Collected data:
+++

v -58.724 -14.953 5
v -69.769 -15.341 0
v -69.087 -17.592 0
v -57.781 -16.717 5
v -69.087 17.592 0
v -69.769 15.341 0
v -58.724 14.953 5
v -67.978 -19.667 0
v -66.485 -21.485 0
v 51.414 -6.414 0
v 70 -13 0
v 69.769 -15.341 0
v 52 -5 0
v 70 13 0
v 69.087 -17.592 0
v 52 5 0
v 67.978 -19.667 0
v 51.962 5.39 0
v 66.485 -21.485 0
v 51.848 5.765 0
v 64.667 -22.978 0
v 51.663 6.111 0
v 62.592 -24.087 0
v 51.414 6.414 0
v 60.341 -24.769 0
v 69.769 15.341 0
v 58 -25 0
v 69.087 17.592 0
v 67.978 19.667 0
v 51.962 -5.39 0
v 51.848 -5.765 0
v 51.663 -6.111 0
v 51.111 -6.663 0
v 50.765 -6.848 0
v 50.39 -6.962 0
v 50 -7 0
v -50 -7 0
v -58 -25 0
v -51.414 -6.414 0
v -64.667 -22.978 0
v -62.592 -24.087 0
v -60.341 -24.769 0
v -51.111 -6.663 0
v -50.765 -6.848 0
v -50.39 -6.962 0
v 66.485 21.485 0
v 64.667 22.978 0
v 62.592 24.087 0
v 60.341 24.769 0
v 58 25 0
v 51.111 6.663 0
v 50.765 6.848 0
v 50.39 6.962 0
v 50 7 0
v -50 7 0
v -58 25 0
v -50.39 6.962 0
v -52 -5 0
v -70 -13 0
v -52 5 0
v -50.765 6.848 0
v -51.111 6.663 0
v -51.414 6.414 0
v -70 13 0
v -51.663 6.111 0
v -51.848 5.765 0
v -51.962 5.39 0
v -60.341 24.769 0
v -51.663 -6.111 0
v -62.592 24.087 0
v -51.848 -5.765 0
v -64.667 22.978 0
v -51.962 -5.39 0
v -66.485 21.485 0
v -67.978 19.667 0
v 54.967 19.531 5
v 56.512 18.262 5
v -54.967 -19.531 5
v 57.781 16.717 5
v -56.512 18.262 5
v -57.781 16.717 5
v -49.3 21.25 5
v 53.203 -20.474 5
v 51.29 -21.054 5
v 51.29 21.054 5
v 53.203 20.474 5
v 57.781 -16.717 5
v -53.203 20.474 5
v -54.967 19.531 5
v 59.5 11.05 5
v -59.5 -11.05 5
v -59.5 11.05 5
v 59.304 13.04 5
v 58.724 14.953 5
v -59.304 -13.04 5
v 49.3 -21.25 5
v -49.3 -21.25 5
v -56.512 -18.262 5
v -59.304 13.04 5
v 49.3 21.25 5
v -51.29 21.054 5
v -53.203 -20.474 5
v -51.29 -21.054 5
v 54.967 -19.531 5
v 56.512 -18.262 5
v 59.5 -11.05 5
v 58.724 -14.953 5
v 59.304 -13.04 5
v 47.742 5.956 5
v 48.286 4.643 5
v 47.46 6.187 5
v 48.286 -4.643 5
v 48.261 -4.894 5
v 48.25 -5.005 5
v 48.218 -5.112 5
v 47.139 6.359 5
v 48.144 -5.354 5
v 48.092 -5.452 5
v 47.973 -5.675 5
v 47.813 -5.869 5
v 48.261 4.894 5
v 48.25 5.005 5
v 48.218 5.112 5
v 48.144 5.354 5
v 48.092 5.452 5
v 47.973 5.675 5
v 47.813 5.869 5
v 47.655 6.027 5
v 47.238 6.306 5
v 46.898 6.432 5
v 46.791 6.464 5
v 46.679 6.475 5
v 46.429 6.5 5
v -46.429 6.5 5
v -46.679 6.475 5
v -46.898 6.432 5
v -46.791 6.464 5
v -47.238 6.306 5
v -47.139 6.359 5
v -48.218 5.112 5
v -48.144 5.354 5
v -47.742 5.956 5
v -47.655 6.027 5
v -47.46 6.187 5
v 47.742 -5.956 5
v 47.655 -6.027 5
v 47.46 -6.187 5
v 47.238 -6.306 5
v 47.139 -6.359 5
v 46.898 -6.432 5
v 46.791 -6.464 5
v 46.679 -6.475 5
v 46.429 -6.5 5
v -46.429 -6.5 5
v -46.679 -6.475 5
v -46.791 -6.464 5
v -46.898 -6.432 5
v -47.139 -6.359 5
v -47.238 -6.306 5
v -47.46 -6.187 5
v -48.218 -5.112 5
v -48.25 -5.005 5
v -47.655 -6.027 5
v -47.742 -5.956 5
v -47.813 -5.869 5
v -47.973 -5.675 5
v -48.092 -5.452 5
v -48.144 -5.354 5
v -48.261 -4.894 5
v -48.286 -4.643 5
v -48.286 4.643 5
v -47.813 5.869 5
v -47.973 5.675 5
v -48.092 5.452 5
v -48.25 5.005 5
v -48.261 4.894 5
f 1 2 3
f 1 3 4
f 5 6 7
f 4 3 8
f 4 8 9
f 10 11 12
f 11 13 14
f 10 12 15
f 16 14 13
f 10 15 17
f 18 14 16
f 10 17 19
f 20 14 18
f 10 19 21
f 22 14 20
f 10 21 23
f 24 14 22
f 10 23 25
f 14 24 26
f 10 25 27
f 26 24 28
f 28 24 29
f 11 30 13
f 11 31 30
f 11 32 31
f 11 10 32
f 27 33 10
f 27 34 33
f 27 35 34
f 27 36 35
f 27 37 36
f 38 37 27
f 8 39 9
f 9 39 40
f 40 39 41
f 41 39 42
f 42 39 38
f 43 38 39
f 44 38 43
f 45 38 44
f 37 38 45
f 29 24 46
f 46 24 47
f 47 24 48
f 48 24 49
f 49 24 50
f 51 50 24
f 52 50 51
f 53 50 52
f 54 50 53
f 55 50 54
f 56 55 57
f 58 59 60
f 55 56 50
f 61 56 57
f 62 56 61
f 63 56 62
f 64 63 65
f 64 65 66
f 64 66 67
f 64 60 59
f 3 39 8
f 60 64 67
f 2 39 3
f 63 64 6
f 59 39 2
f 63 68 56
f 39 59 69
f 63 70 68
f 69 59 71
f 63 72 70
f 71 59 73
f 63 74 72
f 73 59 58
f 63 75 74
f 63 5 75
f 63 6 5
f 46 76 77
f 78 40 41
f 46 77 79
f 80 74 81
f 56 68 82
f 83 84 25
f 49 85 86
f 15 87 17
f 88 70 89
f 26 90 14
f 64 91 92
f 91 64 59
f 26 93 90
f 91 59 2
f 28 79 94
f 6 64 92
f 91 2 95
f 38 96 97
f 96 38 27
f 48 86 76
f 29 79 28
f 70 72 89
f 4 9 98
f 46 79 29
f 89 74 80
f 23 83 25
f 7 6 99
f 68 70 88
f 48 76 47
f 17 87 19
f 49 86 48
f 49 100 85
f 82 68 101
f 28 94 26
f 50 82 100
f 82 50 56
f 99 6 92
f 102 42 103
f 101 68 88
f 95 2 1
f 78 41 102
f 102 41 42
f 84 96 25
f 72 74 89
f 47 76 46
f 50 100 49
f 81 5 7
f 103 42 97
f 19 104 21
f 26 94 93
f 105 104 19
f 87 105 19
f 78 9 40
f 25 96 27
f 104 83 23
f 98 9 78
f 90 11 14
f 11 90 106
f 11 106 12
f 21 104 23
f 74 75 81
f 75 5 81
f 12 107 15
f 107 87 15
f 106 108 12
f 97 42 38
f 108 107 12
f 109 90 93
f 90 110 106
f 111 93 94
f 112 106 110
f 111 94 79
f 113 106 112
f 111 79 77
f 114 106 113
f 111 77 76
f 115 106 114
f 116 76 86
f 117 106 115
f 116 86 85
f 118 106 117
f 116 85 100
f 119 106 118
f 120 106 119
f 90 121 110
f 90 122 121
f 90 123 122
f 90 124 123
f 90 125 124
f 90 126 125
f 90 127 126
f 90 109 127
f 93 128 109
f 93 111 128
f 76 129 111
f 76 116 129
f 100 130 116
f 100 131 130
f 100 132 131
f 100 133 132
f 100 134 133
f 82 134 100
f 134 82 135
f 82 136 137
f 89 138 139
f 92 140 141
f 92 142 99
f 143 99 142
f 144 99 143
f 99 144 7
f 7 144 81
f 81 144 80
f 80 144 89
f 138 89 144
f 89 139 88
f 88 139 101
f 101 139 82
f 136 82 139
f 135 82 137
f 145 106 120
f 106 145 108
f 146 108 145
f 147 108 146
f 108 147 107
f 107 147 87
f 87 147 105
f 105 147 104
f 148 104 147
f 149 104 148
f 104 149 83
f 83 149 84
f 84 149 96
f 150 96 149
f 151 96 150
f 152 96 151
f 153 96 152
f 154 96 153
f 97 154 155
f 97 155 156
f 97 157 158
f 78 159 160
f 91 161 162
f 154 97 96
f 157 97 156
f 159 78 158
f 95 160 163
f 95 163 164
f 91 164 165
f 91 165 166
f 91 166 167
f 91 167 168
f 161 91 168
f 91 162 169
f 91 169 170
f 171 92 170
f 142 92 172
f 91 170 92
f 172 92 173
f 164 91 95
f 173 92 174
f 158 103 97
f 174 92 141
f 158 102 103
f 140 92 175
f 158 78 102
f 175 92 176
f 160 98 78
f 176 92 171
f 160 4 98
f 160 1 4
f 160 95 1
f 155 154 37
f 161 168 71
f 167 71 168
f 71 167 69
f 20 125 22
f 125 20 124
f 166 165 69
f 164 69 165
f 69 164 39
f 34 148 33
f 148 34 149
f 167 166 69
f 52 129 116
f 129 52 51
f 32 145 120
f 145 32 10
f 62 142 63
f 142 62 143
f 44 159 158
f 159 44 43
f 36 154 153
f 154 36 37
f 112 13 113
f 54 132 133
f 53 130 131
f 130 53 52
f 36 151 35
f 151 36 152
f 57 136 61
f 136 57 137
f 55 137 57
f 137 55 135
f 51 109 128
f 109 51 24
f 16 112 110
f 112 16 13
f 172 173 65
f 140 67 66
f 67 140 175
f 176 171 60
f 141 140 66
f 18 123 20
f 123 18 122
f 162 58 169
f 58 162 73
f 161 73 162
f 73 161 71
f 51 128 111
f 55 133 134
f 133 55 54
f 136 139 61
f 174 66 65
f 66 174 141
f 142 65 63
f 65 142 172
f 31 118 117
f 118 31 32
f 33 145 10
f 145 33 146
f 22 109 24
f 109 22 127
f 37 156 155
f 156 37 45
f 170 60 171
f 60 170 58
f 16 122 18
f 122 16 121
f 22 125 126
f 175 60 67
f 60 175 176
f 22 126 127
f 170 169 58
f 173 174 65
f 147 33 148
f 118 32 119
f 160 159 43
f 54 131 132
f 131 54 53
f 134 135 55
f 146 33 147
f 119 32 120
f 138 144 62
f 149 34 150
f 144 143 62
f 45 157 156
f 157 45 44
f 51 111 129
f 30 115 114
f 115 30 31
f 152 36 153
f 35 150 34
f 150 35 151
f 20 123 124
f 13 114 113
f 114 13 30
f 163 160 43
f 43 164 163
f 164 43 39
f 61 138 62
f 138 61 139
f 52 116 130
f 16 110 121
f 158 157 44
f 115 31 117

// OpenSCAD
$fn = 32;

// ----------------------------------------------------------------------
// Display bezel: 140 x 50 mm frame, opening 104x14 mm
// ----------------------------------------------------------------------

// --- parameters (mm) ---
length = 140;             // frame outside length, X
width = 50;               // frame outside width, Y
frame_w = 18;             // frame width
thickness = 5;            // frame thickness
corner_r = 12;            // outside corner radius
chamfer = 0.85;           // outer wall taper
funnel = 0.9;             // inner opening taper
opening_l = 104;          // opening length
opening_w = 14;           // opening width
inner_r = 2;              // opening corner radius

/* rounded-rectangle outlines, generated with loops */
module rounded_ring(l_nom, w_nom, r) {
  hull() {
    for (sx = [-1, 1]) for (sy = [-1, 1])
      translate([sx * (l_nom / 2 - r), sy * (w_nom / 2 - r)]) circle(r = r);
  }
}

difference() {
  /* frame body, drafted so the outer edge is a variable-depth chamfer */
  linear_extrude(height = thickness, scale = chamfer)
    rounded_ring(length, width, corner_r);
  /* viewing opening, drafted the other way for a funnel edge */
  linear_extrude(height = thickness + 2, scale = funnel)
    translate([0, 0, -1]) rounded_ring(opening_l, opening_w, inner_r);
}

+++

■ **Activity**
What you return must be the lines above that run from the line with "f 84 149 96" to the line with "f 172 173 65", inclusive, each copied exactly.

■ **Solution to this exercise**
f 84 149 96
f 150 96 149
f 151 96 150
f 152 96 151
f 153 96 152
f 154 96 153
f 97 154 155
f 97 155 156
f 97 157 158
f 78 159 160
f 91 161 162
f 154 97 96
f 157 97 156
f 159 78 158
f 95 160 163
f 95 163 164
f 91 164 165
f 91 165 166
f 91 166 167
f 91 167 168
f 161 91 168
f 91 162 169
f 91 169 170
f 171 92 170
f 142 92 172
f 91 170 92
f 172 92 173
f 164 91 95
f 173 92 174
f 158 103 97
f 174 92 141
f 158 102 103
f 140 92 175
f 158 78 102
f 175 92 176
f 160 98 78
f 176 92 171
f 160 4 98
f 160 1 4
f 160 95 1
f 155 154 37
f 161 168 71
f 167 71 168
f 71 167 69
f 20 125 22
f 125 20 124
f 166 165 69
f 164 69 165
f 69 164 39
f 34 148 33
f 148 34 149
f 167 166 69
f 52 129 116
f 129 52 51
f 32 145 120
f 145 32 10
f 62 142 63
f 142 62 143
f 44 159 158
f 159 44 43
f 36 154 153
f 154 36 37
f 112 13 113
f 54 132 133
f 53 130 131
f 130 53 52
f 36 151 35
f 151 36 152
f 57 136 61
f 136 57 137
f 55 137 57
f 137 55 135
f 51 109 128
f 109 51 24
f 16 112 110
f 112 16 13
f 172 173 65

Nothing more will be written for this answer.